Helicopter EMS (HEMS) transports are a valuable yet very expensive resource. Unfortunately, many state trauma systems or local EMS agencies do not provide specific guidance for best use. A group at the University of Alabama in Birmingham performed a geospatial analysis of helicopter transports in their area to determine the efficiency of HEMS operations.

This group created a sort of “heat map” that showed the number of transports overlaid on a geographical map of their catchment area. It included HEMS transports over a 6-year period directly from the scene. Drive and flight times were calculated, and the latter also included flight time to reach the scene.

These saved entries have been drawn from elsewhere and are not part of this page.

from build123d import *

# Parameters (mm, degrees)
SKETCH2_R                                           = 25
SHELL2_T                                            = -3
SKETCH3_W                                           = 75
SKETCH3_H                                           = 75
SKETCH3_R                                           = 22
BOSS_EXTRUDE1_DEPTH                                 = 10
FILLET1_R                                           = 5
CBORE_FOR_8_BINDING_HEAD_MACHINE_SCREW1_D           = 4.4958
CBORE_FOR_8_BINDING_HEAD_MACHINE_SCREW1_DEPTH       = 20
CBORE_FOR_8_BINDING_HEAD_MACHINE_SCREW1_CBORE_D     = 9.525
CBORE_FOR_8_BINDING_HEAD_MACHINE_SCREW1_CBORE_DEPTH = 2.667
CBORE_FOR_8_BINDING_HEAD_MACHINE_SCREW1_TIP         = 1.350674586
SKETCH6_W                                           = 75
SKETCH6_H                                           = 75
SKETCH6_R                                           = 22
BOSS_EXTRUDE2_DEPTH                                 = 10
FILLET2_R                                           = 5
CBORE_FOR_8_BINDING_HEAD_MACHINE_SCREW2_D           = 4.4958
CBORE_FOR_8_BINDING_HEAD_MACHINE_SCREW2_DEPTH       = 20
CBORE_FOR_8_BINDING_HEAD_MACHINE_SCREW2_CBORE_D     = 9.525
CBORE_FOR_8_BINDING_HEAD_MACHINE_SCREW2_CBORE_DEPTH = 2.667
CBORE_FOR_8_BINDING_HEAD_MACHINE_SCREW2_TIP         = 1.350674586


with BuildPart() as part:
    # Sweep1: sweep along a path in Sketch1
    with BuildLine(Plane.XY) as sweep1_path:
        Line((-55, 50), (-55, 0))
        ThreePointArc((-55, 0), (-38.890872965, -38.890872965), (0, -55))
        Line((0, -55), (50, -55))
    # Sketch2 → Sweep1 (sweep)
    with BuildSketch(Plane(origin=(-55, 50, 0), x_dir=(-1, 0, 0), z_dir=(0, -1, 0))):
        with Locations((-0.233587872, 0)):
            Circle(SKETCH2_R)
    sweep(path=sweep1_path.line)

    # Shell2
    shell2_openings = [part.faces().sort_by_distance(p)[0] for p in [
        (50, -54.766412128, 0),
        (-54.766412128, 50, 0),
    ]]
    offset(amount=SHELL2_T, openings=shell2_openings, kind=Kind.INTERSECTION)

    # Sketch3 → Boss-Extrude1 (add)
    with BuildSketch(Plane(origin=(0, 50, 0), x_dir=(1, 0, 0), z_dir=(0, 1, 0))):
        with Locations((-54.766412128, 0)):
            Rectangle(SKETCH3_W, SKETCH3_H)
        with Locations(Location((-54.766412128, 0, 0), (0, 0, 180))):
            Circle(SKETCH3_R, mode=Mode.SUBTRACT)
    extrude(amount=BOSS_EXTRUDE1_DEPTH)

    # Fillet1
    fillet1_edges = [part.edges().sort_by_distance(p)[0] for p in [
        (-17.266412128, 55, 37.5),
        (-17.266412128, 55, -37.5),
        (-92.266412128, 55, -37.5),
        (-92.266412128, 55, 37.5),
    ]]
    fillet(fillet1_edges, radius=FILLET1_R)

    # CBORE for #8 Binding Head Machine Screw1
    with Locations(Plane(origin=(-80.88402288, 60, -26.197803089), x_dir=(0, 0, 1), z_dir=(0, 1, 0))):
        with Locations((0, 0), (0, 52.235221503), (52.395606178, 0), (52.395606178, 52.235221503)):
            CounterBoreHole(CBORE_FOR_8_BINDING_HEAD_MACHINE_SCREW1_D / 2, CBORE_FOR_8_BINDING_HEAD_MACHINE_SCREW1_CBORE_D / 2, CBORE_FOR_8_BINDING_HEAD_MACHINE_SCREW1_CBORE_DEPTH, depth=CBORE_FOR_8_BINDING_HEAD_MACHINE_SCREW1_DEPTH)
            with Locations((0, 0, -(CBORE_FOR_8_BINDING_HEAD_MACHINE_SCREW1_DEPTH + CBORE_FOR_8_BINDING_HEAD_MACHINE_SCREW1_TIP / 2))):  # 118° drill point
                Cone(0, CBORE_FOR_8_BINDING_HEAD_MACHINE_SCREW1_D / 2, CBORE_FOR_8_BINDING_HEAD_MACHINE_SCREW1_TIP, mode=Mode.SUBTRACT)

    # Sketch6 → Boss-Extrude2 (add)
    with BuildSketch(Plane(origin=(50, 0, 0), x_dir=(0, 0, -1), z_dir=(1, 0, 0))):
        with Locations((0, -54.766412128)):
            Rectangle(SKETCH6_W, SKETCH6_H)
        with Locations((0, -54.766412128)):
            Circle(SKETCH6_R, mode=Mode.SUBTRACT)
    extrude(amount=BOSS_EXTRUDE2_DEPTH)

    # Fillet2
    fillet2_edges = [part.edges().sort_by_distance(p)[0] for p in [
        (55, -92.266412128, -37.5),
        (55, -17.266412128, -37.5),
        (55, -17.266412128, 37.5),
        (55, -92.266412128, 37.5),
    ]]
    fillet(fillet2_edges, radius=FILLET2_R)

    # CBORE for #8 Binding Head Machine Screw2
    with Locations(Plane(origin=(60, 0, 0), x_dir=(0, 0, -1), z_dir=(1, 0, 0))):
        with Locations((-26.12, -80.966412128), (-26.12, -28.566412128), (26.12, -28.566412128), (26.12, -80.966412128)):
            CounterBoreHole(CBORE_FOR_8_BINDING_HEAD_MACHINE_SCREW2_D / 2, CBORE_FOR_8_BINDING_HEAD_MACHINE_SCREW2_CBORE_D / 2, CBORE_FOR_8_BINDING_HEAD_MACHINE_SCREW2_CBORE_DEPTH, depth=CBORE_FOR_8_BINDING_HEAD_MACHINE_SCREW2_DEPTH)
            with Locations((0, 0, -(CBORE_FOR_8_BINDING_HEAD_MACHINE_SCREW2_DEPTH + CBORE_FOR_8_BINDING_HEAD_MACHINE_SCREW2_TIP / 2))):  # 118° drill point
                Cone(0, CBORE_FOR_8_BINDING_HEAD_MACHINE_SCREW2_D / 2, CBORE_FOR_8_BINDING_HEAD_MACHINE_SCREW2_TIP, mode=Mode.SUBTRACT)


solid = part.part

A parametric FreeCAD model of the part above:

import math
import FreeCAD as App
import Part
import Sketcher

V = App.Vector


def edges_at(feature, points):
    """Names of the edges that pass closest to the given points."""
    edges = feature.Shape.Edges
    near = lambda p: min(range(len(edges)), key=lambda i: edges[i].distToShape(Part.Vertex(*p))[0])
    return sorted({f"Edge{near(p) + 1}" for p in points})


def faces_at(feature, points):
    """Names of the faces that lie closest to the given points."""
    faces = feature.Shape.Faces
    near = lambda p: min(range(len(faces)), key=lambda i: faces[i].distToShape(Part.Vertex(*p))[0])
    return sorted({f"Face{near(p) + 1}" for p in points})

doc = App.newDocument("Part")
body = doc.addObject("PartDesign::Body", "Body")

sketch1 = body.newObject("Sketcher::SketchObject", "Sketch")
sketch1.AttachmentSupport = (doc.getObject("XZ_Plane"), [""])
sketch1.MapMode = "FlatFace"
sketch1.AttachmentOffset = App.Placement(V(0, 0, -50), App.Rotation())
sketch1.addGeometry(Part.Circle(V(-55, 0, 0), V(0, 0, 1), 25), False)
sketch1.addConstraint(Sketcher.Constraint("PointOnObject", 0, 3, -1))
sketch1.addConstraint(Sketcher.Constraint("Diameter", 0, 50.0))
sketch1.addConstraint(Sketcher.Constraint("DistanceX", 0, 3, -1, 1, 54.766412))

sketch2 = body.newObject("Sketcher::SketchObject", "Sketch001")
sketch2.AttachmentSupport = (doc.getObject("XY_Plane"), [""])
sketch2.MapMode = "FlatFace"
sketch2.addGeometry(Part.LineSegment(V(-55, 50, 0), V(-55, 0, 0)), False)
sketch2.addGeometry(Part.ArcOfCircle(Part.Circle(V(0, 0, 0), V(0, 0, 1), 55), math.radians(-180), math.radians(-90)), False)
sketch2.addGeometry(Part.LineSegment(V(0, -55, 0), V(50, -55, 0)), False)
sketch2.addConstraint(Sketcher.Constraint("Tangent", 0, 2, 1, 1))
sketch2.addConstraint(Sketcher.Constraint("Tangent", 1, 2, 2, 1))
sketch2.addConstraint(Sketcher.Constraint("Vertical", 0))
sketch2.addConstraint(Sketcher.Constraint("Horizontal", 2))
sketch2.addConstraint(Sketcher.Constraint("Coincident", 1, 3, -1, 1))
sketch2.addConstraint(Sketcher.Constraint("Equal", 2, 0))
sketch2.addConstraint(Sketcher.Constraint("Radius", 1, 55.0))
sketch2.addConstraint(Sketcher.Constraint("DistanceX", 2, 1, 2, 2, 50.0))
doc.recompute()

additivepipe = body.newObject("PartDesign::AdditivePipe", "AdditivePipe")
additivepipe.Profile = sketch1
additivepipe.Spine = (sketch2, ["Edge1", "Edge2", "Edge3"])
doc.recompute()

thickness = body.newObject("PartDesign::Thickness", "Thickness")
thickness.Base = (additivepipe, faces_at(additivepipe, [(50, -54.766, 0), (-54.766, 50, 0)]))
thickness.Value = 3
thickness.Reversed = True
thickness.Join = "Intersection"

Here’s the heat map showing the entire state of Alabama. The approximate location of Birmingham is indicated in yellow.

Here are the factoids:

  • Nearly 3000 patients were identified, and 1911 had scene locations recorded so analysis could be performed
  • 35% of patients had minor injuries with ISS 1-8 (!!)
  • Median flight time was 58 minutes, and median drive time was only 65 minutes
  • In 28% of cases, drive time would have been shorter than flight time when considering time for the helicopter to reach the scene
  • Conclusion: over one fourth of patients might have arrived at the hospital more quickly by ground ambulance

Here are some questions for the authors and presenter to consider in advance to help them prepare for audience questions:

  • Why include time for the helicopter to reach the scene but not a ground ambulance? Doesn’t this stack the deck in favor of ground transport?
  • Was there any correlation between scene proximity and high ISS? This might have been a reason for calling the helicopter.
  • Did you see any patterns in the low ISS group? This could provide insight into the EMS thought processes. These patients are potentially the low hanging fruit to direct educational activities to reduce HEMS use.

This is thought-provoking work and I look forward to hearing all the details!

Reference: Use of helicopters for retrieval of trauma patients: a geospatial analysis. EAST 2019, Quick Shot Paper #26.